# Is it me...



## Noir (Dec 1, 2017)

Or am I that bad that I want to collect all the football/angler fish? ;x; Ultimately, my favorite fish. I'm glad I have one. I wish we could put it in decoration(unless we can and i'm dumb) because collecting those are one of my favorite past times to put up in my house. xD;

Does anyone have a favorite fish or insect that they adore that they wish to show off or even just have if not in the game?


----------



## UglyMonsterFace (Dec 1, 2017)

Football fish are also my fave and I really want to display it somewhere: ( I only have one and it feels so special haha.
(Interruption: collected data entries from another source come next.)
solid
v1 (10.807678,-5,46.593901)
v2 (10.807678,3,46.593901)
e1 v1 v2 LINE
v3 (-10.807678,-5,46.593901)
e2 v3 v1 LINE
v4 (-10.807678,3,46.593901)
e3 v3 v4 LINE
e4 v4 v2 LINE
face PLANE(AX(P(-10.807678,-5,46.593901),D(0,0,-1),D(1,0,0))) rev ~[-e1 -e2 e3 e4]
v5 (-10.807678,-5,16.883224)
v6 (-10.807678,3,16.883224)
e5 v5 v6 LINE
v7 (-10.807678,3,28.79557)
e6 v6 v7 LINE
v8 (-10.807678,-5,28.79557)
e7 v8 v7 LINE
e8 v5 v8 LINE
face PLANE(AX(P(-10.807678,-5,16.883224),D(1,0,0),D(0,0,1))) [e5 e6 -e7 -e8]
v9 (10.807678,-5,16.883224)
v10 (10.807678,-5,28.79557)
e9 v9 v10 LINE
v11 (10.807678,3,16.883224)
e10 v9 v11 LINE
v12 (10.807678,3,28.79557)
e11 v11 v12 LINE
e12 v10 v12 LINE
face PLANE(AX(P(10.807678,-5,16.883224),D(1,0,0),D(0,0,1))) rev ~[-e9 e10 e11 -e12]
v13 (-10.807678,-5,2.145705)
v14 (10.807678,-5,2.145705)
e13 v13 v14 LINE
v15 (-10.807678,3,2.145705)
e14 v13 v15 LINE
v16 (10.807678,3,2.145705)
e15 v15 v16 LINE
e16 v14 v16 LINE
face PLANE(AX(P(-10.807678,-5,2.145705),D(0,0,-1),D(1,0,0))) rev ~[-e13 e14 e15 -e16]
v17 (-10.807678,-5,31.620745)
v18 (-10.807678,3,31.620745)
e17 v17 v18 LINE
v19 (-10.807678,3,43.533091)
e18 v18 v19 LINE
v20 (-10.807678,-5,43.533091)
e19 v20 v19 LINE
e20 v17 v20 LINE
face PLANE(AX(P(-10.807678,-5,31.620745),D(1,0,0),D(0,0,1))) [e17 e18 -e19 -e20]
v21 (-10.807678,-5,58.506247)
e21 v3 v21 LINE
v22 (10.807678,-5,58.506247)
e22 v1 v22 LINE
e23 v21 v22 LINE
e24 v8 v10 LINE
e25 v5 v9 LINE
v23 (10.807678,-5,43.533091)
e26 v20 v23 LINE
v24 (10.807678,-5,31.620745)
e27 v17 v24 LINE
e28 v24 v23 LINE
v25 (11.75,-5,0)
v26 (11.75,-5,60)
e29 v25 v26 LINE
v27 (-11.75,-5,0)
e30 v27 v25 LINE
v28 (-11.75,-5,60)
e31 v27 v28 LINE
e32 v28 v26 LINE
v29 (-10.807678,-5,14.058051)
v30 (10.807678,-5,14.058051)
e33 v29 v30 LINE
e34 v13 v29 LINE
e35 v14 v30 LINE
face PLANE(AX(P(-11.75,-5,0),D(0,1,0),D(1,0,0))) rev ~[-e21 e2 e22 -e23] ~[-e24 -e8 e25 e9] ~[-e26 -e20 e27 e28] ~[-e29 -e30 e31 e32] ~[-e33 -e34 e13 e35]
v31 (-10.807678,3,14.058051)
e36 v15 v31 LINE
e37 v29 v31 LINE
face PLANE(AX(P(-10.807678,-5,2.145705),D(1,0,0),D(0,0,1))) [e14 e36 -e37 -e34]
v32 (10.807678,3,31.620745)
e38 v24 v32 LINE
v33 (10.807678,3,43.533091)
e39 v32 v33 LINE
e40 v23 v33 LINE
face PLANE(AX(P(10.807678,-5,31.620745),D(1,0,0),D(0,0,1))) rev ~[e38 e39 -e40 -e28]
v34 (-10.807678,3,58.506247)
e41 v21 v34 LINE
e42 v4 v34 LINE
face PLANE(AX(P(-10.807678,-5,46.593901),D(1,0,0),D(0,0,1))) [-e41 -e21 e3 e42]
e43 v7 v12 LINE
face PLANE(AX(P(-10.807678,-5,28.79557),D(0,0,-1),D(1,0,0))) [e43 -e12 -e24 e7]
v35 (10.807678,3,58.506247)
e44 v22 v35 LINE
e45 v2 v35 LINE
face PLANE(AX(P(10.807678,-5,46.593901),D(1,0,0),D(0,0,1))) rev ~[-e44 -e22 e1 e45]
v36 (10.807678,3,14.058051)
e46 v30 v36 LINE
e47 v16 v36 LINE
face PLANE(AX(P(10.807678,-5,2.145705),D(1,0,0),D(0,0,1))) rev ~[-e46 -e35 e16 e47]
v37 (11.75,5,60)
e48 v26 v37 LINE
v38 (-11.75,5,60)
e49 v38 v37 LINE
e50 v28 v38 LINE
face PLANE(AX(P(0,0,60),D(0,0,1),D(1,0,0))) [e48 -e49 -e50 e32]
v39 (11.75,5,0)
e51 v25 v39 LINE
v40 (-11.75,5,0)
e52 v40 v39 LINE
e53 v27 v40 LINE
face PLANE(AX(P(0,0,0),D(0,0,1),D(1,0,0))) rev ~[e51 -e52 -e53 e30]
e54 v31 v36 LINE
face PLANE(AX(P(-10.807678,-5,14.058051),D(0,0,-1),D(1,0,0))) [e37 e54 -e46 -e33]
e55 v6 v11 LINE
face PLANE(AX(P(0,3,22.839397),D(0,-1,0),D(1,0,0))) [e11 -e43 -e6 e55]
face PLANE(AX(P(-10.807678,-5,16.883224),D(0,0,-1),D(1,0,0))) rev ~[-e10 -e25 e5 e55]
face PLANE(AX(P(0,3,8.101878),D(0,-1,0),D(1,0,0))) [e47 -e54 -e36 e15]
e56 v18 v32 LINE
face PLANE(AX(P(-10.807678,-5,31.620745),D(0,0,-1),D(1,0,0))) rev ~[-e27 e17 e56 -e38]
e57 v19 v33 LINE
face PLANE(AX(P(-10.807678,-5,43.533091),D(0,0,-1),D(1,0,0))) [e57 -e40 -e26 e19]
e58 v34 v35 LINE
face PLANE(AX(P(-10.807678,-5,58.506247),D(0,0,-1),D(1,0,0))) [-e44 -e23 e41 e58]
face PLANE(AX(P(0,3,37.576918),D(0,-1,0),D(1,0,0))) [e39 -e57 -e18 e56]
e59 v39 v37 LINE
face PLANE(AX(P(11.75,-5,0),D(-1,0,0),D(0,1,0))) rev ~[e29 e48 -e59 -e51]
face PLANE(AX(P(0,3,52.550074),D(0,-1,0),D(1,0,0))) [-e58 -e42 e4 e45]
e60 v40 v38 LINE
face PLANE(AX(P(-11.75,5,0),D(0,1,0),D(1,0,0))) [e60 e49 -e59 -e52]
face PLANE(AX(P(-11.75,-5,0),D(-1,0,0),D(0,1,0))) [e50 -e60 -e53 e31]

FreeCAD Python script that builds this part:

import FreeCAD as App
import Part
import Sketcher

V = App.Vector
Q = App.Units.Quantity

doc = App.newDocument("Part")
params = doc.addObject("Spreadsheet::Sheet", "Params")
for row, (alias, value) in enumerate([
    ("sketch1_height", "10 mm"),
    ("sketch1_width", "23.5 mm"),
    ("pad1_length", "60 mm"),
    ("pocket1_length", "8 mm"),
], start=1):
    params.set(f"A{row}", alias)
    params.set(f"B{row}", "=" + value)
    params.setAlias(f"B{row}", alias)

body = doc.addObject("PartDesign::Body", "Body")

sketch1 = doc.addObject("Sketcher::SketchObject", "Sketch")
body.addObject(sketch1)
sketch1.AttachmentSupport = (doc.XY_Plane, [""])
sketch1.MapMode = "FlatFace"
sketch1.addGeometry([
    Part.LineSegment(V(-12, 5, 0), V(-12, -5, 0)),
    Part.LineSegment(V(-12, -5, 0), V(12, -5, 0)),
    Part.LineSegment(V(12, -5, 0), V(12, 5, 0)),
    Part.LineSegment(V(12, 5, 0), V(-12, 5, 0)),
], False)
sketch1.addConstraint([
    Sketcher.Constraint("Coincident", 0, 2, 1, 1),
    Sketcher.Constraint("Coincident", 1, 2, 2, 1),
    Sketcher.Constraint("Coincident", 2, 2, 3, 1),
    Sketcher.Constraint("Coincident", 3, 2, 0, 1),
    Sketcher.Constraint("Vertical", 0),
    Sketcher.Constraint("Horizontal", 1),
    Sketcher.Constraint("Vertical", 2),
    Sketcher.Constraint("Horizontal", 3),
    Sketcher.Constraint("Symmetric", 0, 2, 2, 2, -1, 1),
    Sketcher.Constraint("DistanceY", 0, 2, 0, 1, Q("10 mm")),
    Sketcher.Constraint("DistanceX", 1, 1, 1, 2, Q("23.5 mm")),
])
sketch1.setExpression("Constraints[9]", "Params.sketch1_height")
sketch1.setExpression("Constraints[10]", "Params.sketch1_width")
pad1 = doc.addObject("PartDesign::Pad", "Pad")
body.addObject(pad1)
pad1.Profile = sketch1
pad1.setExpression("Length", "Params.pad1_length")

sketch2 = doc.addObject("Sketcher::SketchObject", "Sketch001")
body.addObject(sketch2)
sketch2.AttachmentSupport = (doc.XZ_Plane, [""])
sketch2.MapMode = "FlatFace"
sketch2.AttachmentOffset = App.Placement(V(0, 0, 5), App.Rotation())
sketch2.addGeometry([
    Part.LineSegment(V(-11, 59, 0), V(-11, 47, 0)),
    Part.LineSegment(V(-11, 47, 0), V(11, 47, 0)),
    Part.LineSegment(V(11, 47, 0), V(11, 59, 0)),
    Part.LineSegment(V(11, 59, 0), V(-11, 59, 0)),
    Part.LineSegment(V(-11, 44, 0), V(-11, 32, 0)),
    Part.LineSegment(V(-11, 32, 0), V(11, 32, 0)),
    Part.LineSegment(V(11, 32, 0), V(11, 44, 0)),
    Part.LineSegment(V(11, 44, 0), V(-11, 44, 0)),
    Part.LineSegment(V(-11, 29, 0), V(-11, 17, 0)),
    Part.LineSegment(V(-11, 17, 0), V(11, 17, 0)),
    Part.LineSegment(V(11, 17, 0), V(11, 29, 0)),
    Part.LineSegment(V(11, 29, 0), V(-11, 29, 0)),
    Part.LineSegment(V(-11, 14, 0), V(-11, 2, 0)),
    Part.LineSegment(V(-11, 2, 0), V(11, 2, 0)),
    Part.LineSegment(V(11, 2, 0), V(11, 14, 0)),
    Part.LineSegment(V(11, 14, 0), V(-11, 14, 0)),
], False)
sketch2.addConstraint([
    Sketcher.Constraint("Coincident", 0, 2, 1, 1),
    Sketcher.Constraint("Coincident", 1, 2, 2, 1),
    Sketcher.Constraint("Coincident", 2, 2, 3, 1),
    Sketcher.Constraint("Coincident", 3, 2, 0, 1),
    Sketcher.Constraint("Coincident", 4, 2, 5, 1),
    Sketcher.Constraint("Coincident", 5, 2, 6, 1),
    Sketcher.Constraint("Coincident", 6, 2, 7, 1),
    Sketcher.Constraint("Coincident", 7, 2, 4, 1),
    Sketcher.Constraint("Coincident", 8, 2, 9, 1),
    Sketcher.Constraint("Coincident", 9, 2, 10, 1),
    Sketcher.Constraint("Coincident", 10, 2, 11, 1),
    Sketcher.Constraint("Coincident", 11, 2, 8, 1),
    Sketcher.Constraint("Coincident", 12, 2, 13, 1),
    Sketcher.Constraint("Coincident", 13, 2, 14, 1),
    Sketcher.Constraint("Coincident", 14, 2, 15, 1),
    Sketcher.Constraint("Coincident", 15, 2, 12, 1),
    Sketcher.Constraint("Vertical", 0),
    Sketcher.Constraint("Horizontal", 1),
    Sketcher.Constraint("Vertical", 2),
    Sketcher.Constraint("Horizontal", 3),
    Sketcher.Constraint("Vertical", 4),
    Sketcher.Constraint("Horizontal", 5),
    Sketcher.Constraint("Vertical", 6),
    Sketcher.Constraint("Horizontal", 7),
    Sketcher.Constraint("Vertical", 8),
    Sketcher.Constraint("Horizontal", 9),
    Sketcher.Constraint("Vertical", 10),
    Sketcher.Constraint("Horizontal", 11),
    Sketcher.Constraint("Vertical", 12),
    Sketcher.Constraint("Horizontal", 13),
    Sketcher.Constraint("Vertical", 14),
    Sketcher.Constraint("Horizontal", 15),
    Sketcher.Constraint("Vertical", 3, 2, 4, 2),
    Sketcher.Constraint("Vertical", 2, 2, 5, 2),
    Sketcher.Constraint("Vertical", 7, 2, 8, 2),
    Sketcher.Constraint("Vertical", 6, 2, 9, 2),
    Sketcher.Constraint("Vertical", 11, 2, 12, 2),
    Sketcher.Constraint("Vertical", 10, 2, 13, 2),
    Sketcher.Constraint("Equal", 2, 4),
    Sketcher.Constraint("Equal", 6, 8),
    Sketcher.Constraint("Equal", 10, 12),
    Sketcher.Constraint("DistanceY", -1, 1, 0, 2, Q("46.593901 mm")),
    Sketcher.Constraint("DistanceX", 1, 1, 1, 2, Q("21.615356 mm")),
    Sketcher.Constraint("DistanceY", 0, 2, 0, 1, Q("11.912346 mm")),
    Sketcher.Constraint("DistanceY", -1, 1, 6, 2, Q("43.533091 mm")),
    Sketcher.Constraint("DistanceY", -1, 1, 10, 2, Q("28.79557 mm")),
    Sketcher.Constraint("DistanceY", -1, 1, 14, 2, Q("14.058051 mm")),
    Sketcher.Constraint("DistanceX", 0, 2, -1, 1, Q("10.807678 mm")),
])
pocket1 = doc.addObject("PartDesign::Pocket", "Pocket")
body.addObject(pocket1)
pocket1.Profile = sketch2
pocket1.setExpression("Length", "Params.pocket1_length")

doc.recompute()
Too bad they aren't for decoration.


----------



## dabbler (Dec 1, 2017)

having (a) fish tank(s) would be really cool, to show off your catches.


----------



## arbra (Dec 1, 2017)

I still have never caught a football fish (but my friend has), although I have caught Tuna and that same friend has not.


----------



## Orionirico (Dec 1, 2017)

Collecting fishes and bugs is one of the funniest things to do in Animal Crossing, I really love it. I don't know why they just removed half of the game with this.


----------



## Starrynight44 (Dec 1, 2017)

I'd love to have my favorite the goliath beetle on display i hope they get put in the game, atleast i guess they arent already.


----------